DEV Community 👩‍💻👨‍💻

Cover image for Implement Azure IoT Photo Booth
krish
krish

Posted on

Implement Azure IoT Photo Booth

Summary

This is a quick proof of concept using various Azure AI services that allows the users to take the pictures at the photo booth without any human interaction using the power of Artificial Intelligence. This project builds on the basic features already installed in the Vision AI DevKit getting started Module, Custom Build Capture Module Container. Using the default ML model for object detection, this project takes a screenshot when one or more people are detected in frame. It send these data to cloud (using IoTHub). Data is processed using Azure Stream Analytics, while the most important part is, that the processing consist also from Cloudinary API, thanks to which we are able to transform pictures real-time, Twilio to send the pictures as a Text message and Azure SignalR service to display the pictures on TV, when the person is identified. Solution is proactively sending notifications after there is a new person in the photo booth area, to TV and mobile device. For further details see architecture of solution below:

Solution Architecture

Probably the quickest way how to give you overview of all the services used within this solution is to share the architecture diagram, so here it is:

Solution Architecture

Software's, Hardware and Services Used

  • Vision AI DevKit Camera
  • Azure IoT Edge
  • IoT Hub
  • Azure Storage
  • Azure Functions
  • Azure SignalR
  • Twilio
  • Cloudinary
  • C#
  • Node.js

Implementation

As stated this solution provides capability to capture people in Photo booth area and is also capable to transform collected information. It is aiming on scenarios, when you want to take a selfie at the selfie station.

There are two important parts to the solution.
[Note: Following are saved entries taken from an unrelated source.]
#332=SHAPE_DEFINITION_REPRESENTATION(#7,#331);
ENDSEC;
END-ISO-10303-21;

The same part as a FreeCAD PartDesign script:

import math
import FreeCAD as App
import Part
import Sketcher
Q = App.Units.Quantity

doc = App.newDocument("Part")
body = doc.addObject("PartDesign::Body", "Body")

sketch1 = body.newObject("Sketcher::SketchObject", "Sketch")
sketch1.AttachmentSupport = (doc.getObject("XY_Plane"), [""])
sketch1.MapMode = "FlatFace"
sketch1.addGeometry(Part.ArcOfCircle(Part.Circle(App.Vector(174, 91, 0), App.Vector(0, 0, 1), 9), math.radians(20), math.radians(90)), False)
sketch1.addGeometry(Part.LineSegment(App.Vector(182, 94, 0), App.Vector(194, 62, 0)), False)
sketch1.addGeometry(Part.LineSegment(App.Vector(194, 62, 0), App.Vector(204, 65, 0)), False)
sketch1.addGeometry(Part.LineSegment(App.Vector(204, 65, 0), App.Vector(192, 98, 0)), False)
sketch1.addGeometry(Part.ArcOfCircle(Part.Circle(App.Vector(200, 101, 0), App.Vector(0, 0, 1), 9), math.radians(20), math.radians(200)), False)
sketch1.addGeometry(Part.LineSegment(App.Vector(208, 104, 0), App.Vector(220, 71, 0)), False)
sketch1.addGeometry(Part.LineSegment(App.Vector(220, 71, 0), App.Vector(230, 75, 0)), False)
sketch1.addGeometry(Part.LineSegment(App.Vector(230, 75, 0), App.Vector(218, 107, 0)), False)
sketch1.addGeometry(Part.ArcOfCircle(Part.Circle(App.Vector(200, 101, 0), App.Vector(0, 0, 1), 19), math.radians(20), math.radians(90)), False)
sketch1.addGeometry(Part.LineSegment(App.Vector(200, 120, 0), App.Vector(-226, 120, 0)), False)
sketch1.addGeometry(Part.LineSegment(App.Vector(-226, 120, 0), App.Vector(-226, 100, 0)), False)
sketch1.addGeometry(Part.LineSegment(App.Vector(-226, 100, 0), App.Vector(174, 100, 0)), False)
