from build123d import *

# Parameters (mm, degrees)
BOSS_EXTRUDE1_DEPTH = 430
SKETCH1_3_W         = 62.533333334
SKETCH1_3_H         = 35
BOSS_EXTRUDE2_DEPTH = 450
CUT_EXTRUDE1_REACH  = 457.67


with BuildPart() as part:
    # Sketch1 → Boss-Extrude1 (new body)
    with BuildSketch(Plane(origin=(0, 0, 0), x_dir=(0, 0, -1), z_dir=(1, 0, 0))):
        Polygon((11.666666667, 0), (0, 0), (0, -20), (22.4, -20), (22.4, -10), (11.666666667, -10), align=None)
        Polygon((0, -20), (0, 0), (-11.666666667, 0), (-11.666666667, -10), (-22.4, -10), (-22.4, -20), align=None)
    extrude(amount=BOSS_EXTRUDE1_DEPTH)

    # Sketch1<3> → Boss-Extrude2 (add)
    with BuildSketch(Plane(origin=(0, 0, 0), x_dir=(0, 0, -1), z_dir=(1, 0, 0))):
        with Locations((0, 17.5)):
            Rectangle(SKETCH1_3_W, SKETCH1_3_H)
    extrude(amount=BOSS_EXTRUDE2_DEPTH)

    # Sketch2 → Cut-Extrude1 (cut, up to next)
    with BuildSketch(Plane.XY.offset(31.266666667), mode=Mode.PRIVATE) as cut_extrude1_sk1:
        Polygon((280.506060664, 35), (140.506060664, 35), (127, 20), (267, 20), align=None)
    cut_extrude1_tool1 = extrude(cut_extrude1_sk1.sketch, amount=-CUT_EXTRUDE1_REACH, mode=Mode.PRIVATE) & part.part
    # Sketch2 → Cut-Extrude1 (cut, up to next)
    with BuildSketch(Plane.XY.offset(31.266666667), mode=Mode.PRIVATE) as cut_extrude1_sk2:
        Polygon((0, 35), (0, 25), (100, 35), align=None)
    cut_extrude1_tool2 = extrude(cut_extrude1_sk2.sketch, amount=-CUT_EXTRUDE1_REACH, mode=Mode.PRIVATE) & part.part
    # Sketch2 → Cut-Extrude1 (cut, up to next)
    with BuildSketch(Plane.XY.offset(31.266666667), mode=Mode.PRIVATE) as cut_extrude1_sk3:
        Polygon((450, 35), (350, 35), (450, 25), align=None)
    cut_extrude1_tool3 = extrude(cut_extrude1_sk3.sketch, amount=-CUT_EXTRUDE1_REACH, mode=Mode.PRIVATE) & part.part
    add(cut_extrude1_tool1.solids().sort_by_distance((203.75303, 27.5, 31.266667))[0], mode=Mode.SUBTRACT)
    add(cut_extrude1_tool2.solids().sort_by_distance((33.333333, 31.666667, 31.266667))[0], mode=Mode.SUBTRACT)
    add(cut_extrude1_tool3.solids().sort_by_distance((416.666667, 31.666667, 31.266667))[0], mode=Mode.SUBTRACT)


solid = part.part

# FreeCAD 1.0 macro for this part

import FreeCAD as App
import Part
import Sketcher
from FreeCAD import Vector
Q = App.Units.Quantity


def add_polygon(sketch, points):
    """Adds a closed chain of lines whose ends are joined by coincident constraints."""
    first, n = sketch.GeometryCount, len(points)
    for a, b in zip(points, points[1:] + points[:1]):
        sketch.addGeometry(Part.LineSegment(App.Vector(*a, 0), App.Vector(*b, 0)), False)
    for i in range(n):
        sketch.addConstraint(Sketcher.Constraint("Coincident", first + i, 2, first + (i + 1) % n, 1))

doc = App.newDocument("Part")
body = doc.addObject("PartDesign::Body", "Body")

# Sketch on YZ plane
sketch1 = body.newObject("Sketcher::SketchObject", "Sketch")
sketch1.AttachmentSupport = (doc.getObject("YZ_Plane"), [""])
sketch1.MapMode = "FlatFace"
add_polygon(sketch1, [(0, -12), (0, 12), (-10, 12), (-10, 22), (-20, 22), (-20, -22), (-10, -22), (-10, -12)])  # lines 0-7
sketch1.addConstraint(Sketcher.Constraint("Vertical", 0))
sketch1.addConstraint(Sketcher.Constraint("Horizontal", 1))
sketch1.addConstraint(Sketcher.Constraint("Vertical", 2))
sketch1.addConstraint(Sketcher.Constraint("Horizontal", 3))
sketch1.addConstraint(Sketcher.Constraint("Vertical", 4))
sketch1.addConstraint(Sketcher.Constraint("Horizontal", 5))
sketch1.addConstraint(Sketcher.Constraint("Vertical", 6))
sketch1.addConstraint(Sketcher.Constraint("Horizontal", 7))
sketch1.addConstraint(Sketcher.Constraint("Symmetric", 0, 2, 7, 2, -1, 1))
sketch1.addConstraint(Sketcher.Constraint("Symmetric", 2, 2, 5, 2, -1))
sketch1.addConstraint(Sketcher.Constraint("Equal", 1, 3))
sketch1.addConstraint(Sketcher.Constraint("DistanceX", 1, 2, 1, 1, 10.0))
sketch1.addConstraint(Sketcher.Constraint("DistanceY", 4, 2, 4, 1, 44.8))
sketch1.addConstraint(Sketcher.Constraint("DistanceY", 0, 1, 0, 2, 23.333333))
pad1 = body.newObject("PartDesign::Pad", "Pad")
pad1.Profile = sketch1
pad1.Length = 430

# Sketch on YZ plane
sketch2 = body.newObject("Sketcher::SketchObject", "Sketch001")
sketch2.AttachmentSupport = (doc.getObject("YZ_Plane"), [""])
sketch2.MapMode = "FlatFace"
add_polygon(sketch2, [(35, 31), (0, 31), (0, -31), (35, -31)])  # lines 0-3
sketch2.addConstraint(Sketcher.Constraint("Horizontal", 0))
sketch2.addConstraint(Sketcher.Constraint("Vertical", 1))
sketch2.addConstraint(Sketcher.Constraint("Horizontal", 2))
sketch2.addConstraint(Sketcher.Constraint("Vertical", 3))
sketch2.addConstraint(Sketcher.Constraint("Symmetric", 0, 2, 1, 2, -1, 1))
sketch2.addConstraint(Sketcher.Constraint("DistanceX", 0, 2, 0, 1, 35.0))
sketch2.addConstraint(Sketcher.Constraint("DistanceY", 1, 2, 1, 1, 62.533333))
pad2 = body.newObject("PartDesign::Pad", "Pad001")
pad2.Profile = sketch2
pad2.Length = 450

# Sketch on XY plane
sketch3 = body.newObject("Sketcher::SketchObject", "Sketch002")
sketch3.AttachmentSupport = (doc.getObject("XY_Plane"), [""])
sketch3.MapMode = "FlatFace"
sketch3.AttachmentOffset = App.Placement(Vector(0, 0, 31.266667), App.Rotation())
add_polygon(sketch3, [(281, 35), (141, 35), (127, 20), (267, 20)])  # lines 0-3
sketch3.addConstraint(Sketcher.Constraint("Horizontal", 0))
sketch3.addConstraint(Sketcher.Constraint("Horizontal", 2))
sketch3.addConstraint(Sketcher.Constraint("Parallel", 1, 3))
sketch3.addConstraint(Sketcher.Constraint("DistanceX", 0, 2, 0, 1, 140.0))
sketch3.addConstraint(Sketcher.Constraint("Angle", 1, Q("-132 deg")))
sketch3.addConstraint(Sketcher.Constraint("DistanceY", -1, 1, 0, 2, 35.0))
sketch3.addConstraint(Sketcher.Constraint("DistanceX", -1, 1, 1, 2, 127.0))
sketch3.addConstraint(Sketcher.Constraint("DistanceY", -1, 1, 1, 2, 20.0))
pocket1 = body.newObject("PartDesign::Pocket", "Pocket")
pocket1.Profile = sketch3
pocket1.Type = "UpToFirst"

# Sketch on XY plane
sketch4 = body.newObject("Sketcher::SketchObject", "Sketch003")
sketch4.AttachmentSupport = (doc.getObject("XY_Plane"), [""])
sketch4.MapMode = "FlatFace"
sketch4.AttachmentOffset = App.Placement(Vector(0, 0, 31.266667), App.Rotation())
add_polygon(sketch4, [(0, 35), (0, 25), (100, 35)])  # lines 0-2
sketch4.addConstraint(Sketcher.Constraint("Vertical", 0))
sketch4.addConstraint(Sketcher.Constraint("Horizontal", 2))
sketch4.addConstraint(Sketcher.Constraint("PointOnObject", 0, 2, -2))
sketch4.addConstraint(Sketcher.Constraint("DistanceX", 2, 2, 2, 1, 100.0))
sketch4.addConstraint(Sketcher.Constraint("DistanceY", 0, 2, 0, 1, 10.0))
sketch4.addConstraint(Sketcher.Constraint("DistanceY", -1, 1, 0, 2, 25.0))
pocket2 = body.newObject("PartDesign::Pocket", "Pocket001")
pocket2.Profile = sketch4
pocket2.Type = "UpToFirst"

# Sketch on XY plane
sketch5 = body.newObject("Sketcher::SketchObject", "Sketch004")
sketch5.AttachmentSupport = (doc.getObject("XY_Plane"), [""])
sketch5.MapMode = "FlatFace"
sketch5.AttachmentOffset = App.Placement(Vector(0, 0, 31.266667), App.Rotation())
add_polygon(sketch5, [(450, 35), (350, 35), (450, 25)])  # lines 0-2
sketch5.addConstraint(Sketcher.Constraint("Horizontal", 0))
sketch5.addConstraint(Sketcher.Constraint("Vertical", 2))
sketch5.addConstraint(Sketcher.Constraint("DistanceX", 0, 2, 0, 1, 100.0))
sketch5.addConstraint(Sketcher.Constraint("DistanceY", 2, 1, 2, 2, 10.0))
sketch5.addConstraint(Sketcher.Constraint("DistanceX", -1, 1, 0, 2, 350.0))
sketch5.addConstraint(Sketcher.Constraint("DistanceY", -1, 1, 0, 2, 35.0))
pocket3 = body.newObject("PartDesign::Pocket", "Pocket002")
pocket3.Profile = sketch5
pocket3.Type = "UpToFirst"

doc.recompute()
First is intelligent device - Vision AI DevKit deployed "on the edge". This camera is capable of hardware acceleration of AI models and it runs Azure IoT Edge. It is capable of detecting persons, capturing photos and uploading them to Azure for further processing (face identification).

Second part to the solution is basically solution backend and presentation layer responsible for image/data processing, transforming and communicating.

Now let's walk thru the solution details, from video stream processing to entries data presentation layer.

Photos capturing

Photo capture happens of course on the edge - on the Vision AI Dev Kit Camera. In order to make solution efficient, it was needed to find a way how to run face identification in the cloud only for pictures containing persons. To achieve that, there are three modules deployed to DevKit, namely AI Vision Dev Kit Get Started Module with default custom vision model, Azure Stream analytics module - and Capture module. The whole capture process works the following way:

  1. AI Vision Dev Kit Get Started Module continuously processes captured video and detects objects in the captured video stream. In case object is detected it sends telemetry message into edge hub. Every message originating from this module is routed to stream analytics module.
  2. Azure Stream Analytics module named ASAEdgeFilter reads the messages and filters out every message which does not contain label with value Person. Moreover, it picks up only first message in every 10 second window. This is simple logic to achieve to not to capture multiple pictures of the same entrant, but in case of production scenario it should be changed, to comply with specifics of the scenario. Messages selected by ASA Edge Filter module are directed to Capture Module. ASA Job is defined as follows:
SELECT
    label, confidence, System.TimeStamp as timestamp
INTO
    Output
FROM
    Input
WHERE
  ( IsFirst(second, 10) OVER (When label = 'person' AND confidence >= 60) = 1)

You can find the whole ASAEdgeFilter project in the VisionDevKitModules folder in the Azure DevOps repository.

Capture module is initialized by any incoming message to it's input. It connects to mpeg stream provided by AI Vision Dev Kit Get Started Module and using ffmpeg library it creates photo captures and uploads them to Azure Storage container. You can find detailed documentation and Capture module code in the Azure DevOps repository.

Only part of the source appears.